* [Task statement] Output all the data exactly.

══ Available data

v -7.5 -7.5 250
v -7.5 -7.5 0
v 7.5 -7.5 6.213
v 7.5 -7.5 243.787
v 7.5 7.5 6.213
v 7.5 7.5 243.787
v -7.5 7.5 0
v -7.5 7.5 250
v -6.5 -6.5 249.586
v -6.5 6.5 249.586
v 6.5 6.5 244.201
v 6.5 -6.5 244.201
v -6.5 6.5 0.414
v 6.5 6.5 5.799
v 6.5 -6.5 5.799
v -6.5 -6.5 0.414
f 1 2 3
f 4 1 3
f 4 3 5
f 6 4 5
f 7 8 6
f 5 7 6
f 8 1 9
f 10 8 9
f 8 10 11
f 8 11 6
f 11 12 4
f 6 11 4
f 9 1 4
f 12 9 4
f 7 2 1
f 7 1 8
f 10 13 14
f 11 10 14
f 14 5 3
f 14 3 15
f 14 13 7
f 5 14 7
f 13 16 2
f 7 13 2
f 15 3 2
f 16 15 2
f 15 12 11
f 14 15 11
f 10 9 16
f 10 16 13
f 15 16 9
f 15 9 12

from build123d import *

# Parameters (mm, degrees)
F1_W     = 15
F1_H     = 15
F1_W_2   = 13
F1_H_2   = 13
F2_DEPTH = 250
F4_DEPTH = 25


with BuildPart() as f2:
    # F1 (on Top) → F2 (new body)
    with BuildSketch(Plane.XY):
        Rectangle(F1_W, F1_H)
        Rectangle(F1_W_2, F1_H_2, mode=Mode.SUBTRACT)
    extrude(amount=F2_DEPTH)

    # F3 (on face) → F4 (cut)
    with BuildSketch(Plane.XZ.offset(7.5)):
        Polygon((7.5, 6.2132034356), (-7.5, 0), (7.5, 0), align=None)
        Polygon((7.5, 250), (-7.5, 250), (7.5, 243.7867965644), align=None)
    extrude(amount=-F4_DEPTH, mode=Mode.SUBTRACT)


solid = f2.part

════

* [Written reply]
v -7.5 -7.5 250
v -7.5 -7.5 0
v 7.5 -7.5 6.213
v 7.5 -7.5 243.787
v 7.5 7.5 6.213
v 7.5 7.5 243.787
v -7.5 7.5 0
v -7.5 7.5 250
v -6.5 -6.5 249.586
v -6.5 6.5 249.586
v 6.5 6.5 244.201
v 6.5 -6.5 244.201
v -6.5 6.5 0.414
v 6.5 6.5 5.799
v 6.5 -6.5 5.799
v -6.5 -6.5 0.414
f 1 2 3
f 4 1 3
f 4 3 5
f 6 4 5
f 7 8 6
f 5 7 6
f 8 1 9
f 10 8 9
f 8 10 11
f 8 11 6
f 11 12 4
f 6 11 4
f 9 1 4
f 12 9 4
f 7 2 1
f 7 1 8
f 10 13 14
f 11 10 14
f 14 5 3
f 14 3 15
f 14 13 7
f 5 14 7
f 13 16 2
f 7 13 2
f 15 3 2
f 16 15 2
f 15 12 11
f 14 15 11
f 10 9 16
f 10 16 13
f 15 16 9
f 15 9 12

from build123d import *

# Parameters (mm, degrees)
F1_W     = 15
F1_H     = 15
F1_W_2   = 13
F1_H_2   = 13
F2_DEPTH = 250
F4_DEPTH = 25


with BuildPart() as f2:
    # F1 (on Top) → F2 (new body)
    with BuildSketch(Plane.XY):
        Rectangle(F1_W, F1_H)
        Rectangle(F1_W_2, F1_H_2, mode=Mode.SUBTRACT)
    extrude(amount=F2_DEPTH)

    # F3 (on face) → F4 (cut)
    with BuildSketch(Plane.XZ.offset(7.5)):
        Polygon((7.5, 6.2132034356), (-7.5, 0), (7.5, 0), align=None)
        Polygon((7.5, 250), (-7.5, 250), (7.5, 243.7867965644), align=None)
    extrude(amount=-F4_DEPTH, mode=Mode.SUBTRACT)


solid = f2.part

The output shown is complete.